▶ _Requirement_: Exactly how many lines in the entries contain "with"? Give that number alone.

Start of Data

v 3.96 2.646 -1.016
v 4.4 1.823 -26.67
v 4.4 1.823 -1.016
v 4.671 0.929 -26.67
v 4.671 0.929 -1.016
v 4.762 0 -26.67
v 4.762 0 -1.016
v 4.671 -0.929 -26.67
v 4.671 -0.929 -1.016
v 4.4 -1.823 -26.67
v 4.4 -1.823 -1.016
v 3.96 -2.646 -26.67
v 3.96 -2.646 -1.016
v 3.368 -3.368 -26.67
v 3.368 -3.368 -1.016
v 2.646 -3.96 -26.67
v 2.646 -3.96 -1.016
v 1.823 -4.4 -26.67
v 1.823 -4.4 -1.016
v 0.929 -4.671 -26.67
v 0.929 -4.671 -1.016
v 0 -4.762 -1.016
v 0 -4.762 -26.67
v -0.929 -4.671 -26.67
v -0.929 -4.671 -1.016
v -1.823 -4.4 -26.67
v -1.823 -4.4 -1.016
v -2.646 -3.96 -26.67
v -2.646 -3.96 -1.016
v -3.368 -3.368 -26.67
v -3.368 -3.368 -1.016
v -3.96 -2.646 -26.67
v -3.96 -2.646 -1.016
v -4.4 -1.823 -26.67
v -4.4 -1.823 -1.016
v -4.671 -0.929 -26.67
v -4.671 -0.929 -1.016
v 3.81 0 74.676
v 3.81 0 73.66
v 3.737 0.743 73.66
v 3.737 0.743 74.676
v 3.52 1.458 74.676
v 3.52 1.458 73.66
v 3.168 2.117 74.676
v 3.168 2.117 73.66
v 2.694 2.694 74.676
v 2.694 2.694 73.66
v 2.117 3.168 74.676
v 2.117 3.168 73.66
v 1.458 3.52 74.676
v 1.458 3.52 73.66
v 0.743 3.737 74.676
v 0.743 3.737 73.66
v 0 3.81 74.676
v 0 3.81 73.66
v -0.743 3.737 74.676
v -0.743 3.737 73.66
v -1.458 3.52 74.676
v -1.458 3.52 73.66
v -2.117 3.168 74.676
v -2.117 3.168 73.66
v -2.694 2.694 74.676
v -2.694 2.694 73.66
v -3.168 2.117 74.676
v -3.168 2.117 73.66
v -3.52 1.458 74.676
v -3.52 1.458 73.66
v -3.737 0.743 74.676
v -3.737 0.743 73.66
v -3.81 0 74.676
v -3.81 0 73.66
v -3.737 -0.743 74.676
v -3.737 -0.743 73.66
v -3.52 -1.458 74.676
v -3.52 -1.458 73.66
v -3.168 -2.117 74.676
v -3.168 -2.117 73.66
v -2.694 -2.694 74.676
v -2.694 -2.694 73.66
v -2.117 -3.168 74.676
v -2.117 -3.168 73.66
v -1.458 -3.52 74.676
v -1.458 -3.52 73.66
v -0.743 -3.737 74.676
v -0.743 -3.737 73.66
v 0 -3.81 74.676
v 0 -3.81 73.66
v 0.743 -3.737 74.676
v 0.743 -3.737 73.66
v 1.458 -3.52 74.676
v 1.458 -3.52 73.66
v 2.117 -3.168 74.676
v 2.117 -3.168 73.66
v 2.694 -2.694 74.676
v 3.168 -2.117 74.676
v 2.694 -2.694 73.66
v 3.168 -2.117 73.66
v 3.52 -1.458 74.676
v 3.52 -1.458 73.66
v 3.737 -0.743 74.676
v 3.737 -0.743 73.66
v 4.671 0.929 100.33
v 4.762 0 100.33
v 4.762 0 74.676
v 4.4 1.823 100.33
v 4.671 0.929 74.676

End of Data
Start of Data

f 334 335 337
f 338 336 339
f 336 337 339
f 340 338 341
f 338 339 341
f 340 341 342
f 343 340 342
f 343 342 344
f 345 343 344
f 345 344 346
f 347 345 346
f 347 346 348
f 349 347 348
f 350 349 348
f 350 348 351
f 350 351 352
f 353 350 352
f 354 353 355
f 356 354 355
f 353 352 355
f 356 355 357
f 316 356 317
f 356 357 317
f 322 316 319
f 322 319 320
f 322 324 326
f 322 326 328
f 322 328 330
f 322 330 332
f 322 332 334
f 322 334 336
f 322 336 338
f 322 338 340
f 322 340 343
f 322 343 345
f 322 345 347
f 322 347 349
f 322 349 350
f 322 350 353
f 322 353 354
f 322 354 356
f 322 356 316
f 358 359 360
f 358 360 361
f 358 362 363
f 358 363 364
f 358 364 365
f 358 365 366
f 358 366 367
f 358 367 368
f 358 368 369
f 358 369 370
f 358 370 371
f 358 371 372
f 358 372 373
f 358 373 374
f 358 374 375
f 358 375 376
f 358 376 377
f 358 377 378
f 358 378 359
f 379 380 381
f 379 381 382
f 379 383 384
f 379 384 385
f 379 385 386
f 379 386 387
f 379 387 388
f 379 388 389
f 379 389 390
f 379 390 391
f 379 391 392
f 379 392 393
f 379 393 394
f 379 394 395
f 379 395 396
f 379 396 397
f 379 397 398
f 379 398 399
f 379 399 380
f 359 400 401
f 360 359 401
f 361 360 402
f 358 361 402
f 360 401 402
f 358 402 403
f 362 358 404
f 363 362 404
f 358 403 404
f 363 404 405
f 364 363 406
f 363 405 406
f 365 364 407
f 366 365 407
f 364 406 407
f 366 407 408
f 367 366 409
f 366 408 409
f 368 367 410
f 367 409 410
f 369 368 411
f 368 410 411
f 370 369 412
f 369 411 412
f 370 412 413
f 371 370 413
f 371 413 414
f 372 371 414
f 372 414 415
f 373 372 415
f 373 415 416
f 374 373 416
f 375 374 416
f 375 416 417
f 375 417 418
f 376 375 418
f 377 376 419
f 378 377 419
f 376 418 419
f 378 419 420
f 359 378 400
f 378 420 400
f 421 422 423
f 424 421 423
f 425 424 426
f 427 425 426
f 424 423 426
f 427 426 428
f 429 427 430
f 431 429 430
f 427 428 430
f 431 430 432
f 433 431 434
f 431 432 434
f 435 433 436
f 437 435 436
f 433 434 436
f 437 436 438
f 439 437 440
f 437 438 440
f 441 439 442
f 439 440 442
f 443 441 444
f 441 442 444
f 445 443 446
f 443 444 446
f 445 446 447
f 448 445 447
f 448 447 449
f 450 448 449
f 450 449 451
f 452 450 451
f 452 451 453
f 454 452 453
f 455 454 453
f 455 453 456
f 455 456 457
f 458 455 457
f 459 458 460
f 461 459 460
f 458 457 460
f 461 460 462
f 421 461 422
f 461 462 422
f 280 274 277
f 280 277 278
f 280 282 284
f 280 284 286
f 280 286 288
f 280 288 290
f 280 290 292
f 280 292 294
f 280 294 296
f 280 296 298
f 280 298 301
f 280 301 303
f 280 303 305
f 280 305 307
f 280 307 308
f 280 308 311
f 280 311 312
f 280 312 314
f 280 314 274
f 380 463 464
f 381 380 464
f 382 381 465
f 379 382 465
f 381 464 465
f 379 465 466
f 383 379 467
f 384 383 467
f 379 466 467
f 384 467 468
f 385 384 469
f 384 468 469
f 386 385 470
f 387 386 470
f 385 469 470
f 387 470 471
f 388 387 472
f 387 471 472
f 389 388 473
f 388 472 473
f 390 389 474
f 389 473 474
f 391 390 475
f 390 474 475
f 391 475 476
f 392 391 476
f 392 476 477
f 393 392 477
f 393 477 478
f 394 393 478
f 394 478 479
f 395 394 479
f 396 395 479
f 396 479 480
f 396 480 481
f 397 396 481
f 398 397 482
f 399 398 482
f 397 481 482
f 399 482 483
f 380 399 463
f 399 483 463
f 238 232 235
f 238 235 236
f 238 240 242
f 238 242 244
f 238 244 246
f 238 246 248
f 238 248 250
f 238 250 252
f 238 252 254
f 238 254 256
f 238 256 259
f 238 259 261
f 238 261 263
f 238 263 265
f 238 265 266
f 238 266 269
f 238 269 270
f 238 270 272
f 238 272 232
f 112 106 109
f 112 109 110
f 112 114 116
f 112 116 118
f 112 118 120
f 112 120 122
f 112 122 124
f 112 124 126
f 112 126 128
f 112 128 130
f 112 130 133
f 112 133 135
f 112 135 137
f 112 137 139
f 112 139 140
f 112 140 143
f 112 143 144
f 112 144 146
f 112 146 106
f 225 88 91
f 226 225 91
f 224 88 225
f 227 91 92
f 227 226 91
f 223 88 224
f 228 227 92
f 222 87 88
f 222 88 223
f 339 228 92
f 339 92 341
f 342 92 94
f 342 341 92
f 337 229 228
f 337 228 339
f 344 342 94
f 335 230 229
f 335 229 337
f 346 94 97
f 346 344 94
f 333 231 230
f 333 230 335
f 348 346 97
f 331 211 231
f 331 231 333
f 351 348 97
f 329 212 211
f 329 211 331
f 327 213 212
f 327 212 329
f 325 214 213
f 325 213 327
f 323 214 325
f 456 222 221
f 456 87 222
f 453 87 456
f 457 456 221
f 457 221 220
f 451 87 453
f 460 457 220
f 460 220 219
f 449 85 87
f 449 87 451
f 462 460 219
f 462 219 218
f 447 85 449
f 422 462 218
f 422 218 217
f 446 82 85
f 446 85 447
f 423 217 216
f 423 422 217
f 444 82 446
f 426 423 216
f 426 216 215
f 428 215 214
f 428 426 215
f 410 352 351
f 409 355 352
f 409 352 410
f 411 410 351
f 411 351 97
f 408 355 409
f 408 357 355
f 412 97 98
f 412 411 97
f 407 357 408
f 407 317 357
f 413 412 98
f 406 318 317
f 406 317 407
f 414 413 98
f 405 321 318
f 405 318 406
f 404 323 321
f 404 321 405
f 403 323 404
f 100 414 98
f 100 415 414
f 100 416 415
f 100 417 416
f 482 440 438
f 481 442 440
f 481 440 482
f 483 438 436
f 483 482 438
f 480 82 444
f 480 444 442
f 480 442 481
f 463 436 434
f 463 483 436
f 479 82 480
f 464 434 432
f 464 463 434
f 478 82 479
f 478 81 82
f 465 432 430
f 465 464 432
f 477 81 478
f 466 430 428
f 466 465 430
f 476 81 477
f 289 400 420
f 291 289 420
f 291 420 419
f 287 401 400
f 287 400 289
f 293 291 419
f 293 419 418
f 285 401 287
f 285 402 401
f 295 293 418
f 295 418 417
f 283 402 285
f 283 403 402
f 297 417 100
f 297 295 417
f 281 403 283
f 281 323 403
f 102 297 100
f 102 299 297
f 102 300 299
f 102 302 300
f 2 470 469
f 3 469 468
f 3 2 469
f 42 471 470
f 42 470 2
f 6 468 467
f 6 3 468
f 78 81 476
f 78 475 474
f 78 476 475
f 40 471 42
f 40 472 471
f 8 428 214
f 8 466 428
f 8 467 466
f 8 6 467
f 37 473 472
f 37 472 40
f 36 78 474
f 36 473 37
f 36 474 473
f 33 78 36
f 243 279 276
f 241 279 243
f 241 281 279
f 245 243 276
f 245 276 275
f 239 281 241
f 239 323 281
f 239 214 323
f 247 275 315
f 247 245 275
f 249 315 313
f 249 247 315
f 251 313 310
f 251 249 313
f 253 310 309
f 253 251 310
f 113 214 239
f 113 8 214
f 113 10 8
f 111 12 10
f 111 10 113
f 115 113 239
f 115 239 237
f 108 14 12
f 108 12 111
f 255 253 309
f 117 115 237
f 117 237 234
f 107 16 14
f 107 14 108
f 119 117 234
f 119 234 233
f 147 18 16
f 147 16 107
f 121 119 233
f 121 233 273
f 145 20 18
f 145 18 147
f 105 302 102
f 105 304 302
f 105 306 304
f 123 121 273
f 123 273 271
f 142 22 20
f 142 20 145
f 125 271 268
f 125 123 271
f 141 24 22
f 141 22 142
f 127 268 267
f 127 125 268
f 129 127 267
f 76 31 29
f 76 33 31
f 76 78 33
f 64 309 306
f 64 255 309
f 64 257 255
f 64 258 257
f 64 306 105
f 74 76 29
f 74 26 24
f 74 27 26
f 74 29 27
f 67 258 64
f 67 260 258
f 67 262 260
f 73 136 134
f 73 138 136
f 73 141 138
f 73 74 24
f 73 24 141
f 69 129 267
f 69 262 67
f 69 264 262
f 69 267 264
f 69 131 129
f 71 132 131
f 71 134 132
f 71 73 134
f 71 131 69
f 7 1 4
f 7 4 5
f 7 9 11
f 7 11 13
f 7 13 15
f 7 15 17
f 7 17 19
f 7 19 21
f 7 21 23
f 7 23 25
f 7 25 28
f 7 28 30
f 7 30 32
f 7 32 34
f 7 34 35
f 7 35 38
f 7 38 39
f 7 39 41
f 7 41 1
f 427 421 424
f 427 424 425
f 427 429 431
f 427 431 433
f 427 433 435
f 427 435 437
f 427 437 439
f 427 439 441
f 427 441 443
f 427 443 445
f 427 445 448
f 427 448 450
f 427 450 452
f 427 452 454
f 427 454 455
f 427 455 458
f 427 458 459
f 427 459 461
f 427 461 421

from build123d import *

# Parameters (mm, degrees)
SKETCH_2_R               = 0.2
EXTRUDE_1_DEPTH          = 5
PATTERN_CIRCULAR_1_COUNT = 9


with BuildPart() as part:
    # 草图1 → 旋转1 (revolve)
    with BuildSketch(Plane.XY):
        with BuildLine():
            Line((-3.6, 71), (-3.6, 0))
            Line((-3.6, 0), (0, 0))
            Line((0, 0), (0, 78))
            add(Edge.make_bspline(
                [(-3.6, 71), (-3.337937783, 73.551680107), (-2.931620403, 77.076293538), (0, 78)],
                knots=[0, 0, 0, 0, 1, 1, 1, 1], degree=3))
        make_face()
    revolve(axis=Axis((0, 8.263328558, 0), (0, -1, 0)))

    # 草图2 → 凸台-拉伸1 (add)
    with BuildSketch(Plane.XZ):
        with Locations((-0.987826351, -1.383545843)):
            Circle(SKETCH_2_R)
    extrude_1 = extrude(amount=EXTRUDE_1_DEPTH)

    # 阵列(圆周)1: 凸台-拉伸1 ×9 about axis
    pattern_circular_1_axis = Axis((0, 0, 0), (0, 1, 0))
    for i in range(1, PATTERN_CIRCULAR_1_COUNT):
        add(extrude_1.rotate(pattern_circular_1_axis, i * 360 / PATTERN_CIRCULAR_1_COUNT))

End of Data

▶ _Answer to this exercise_: 5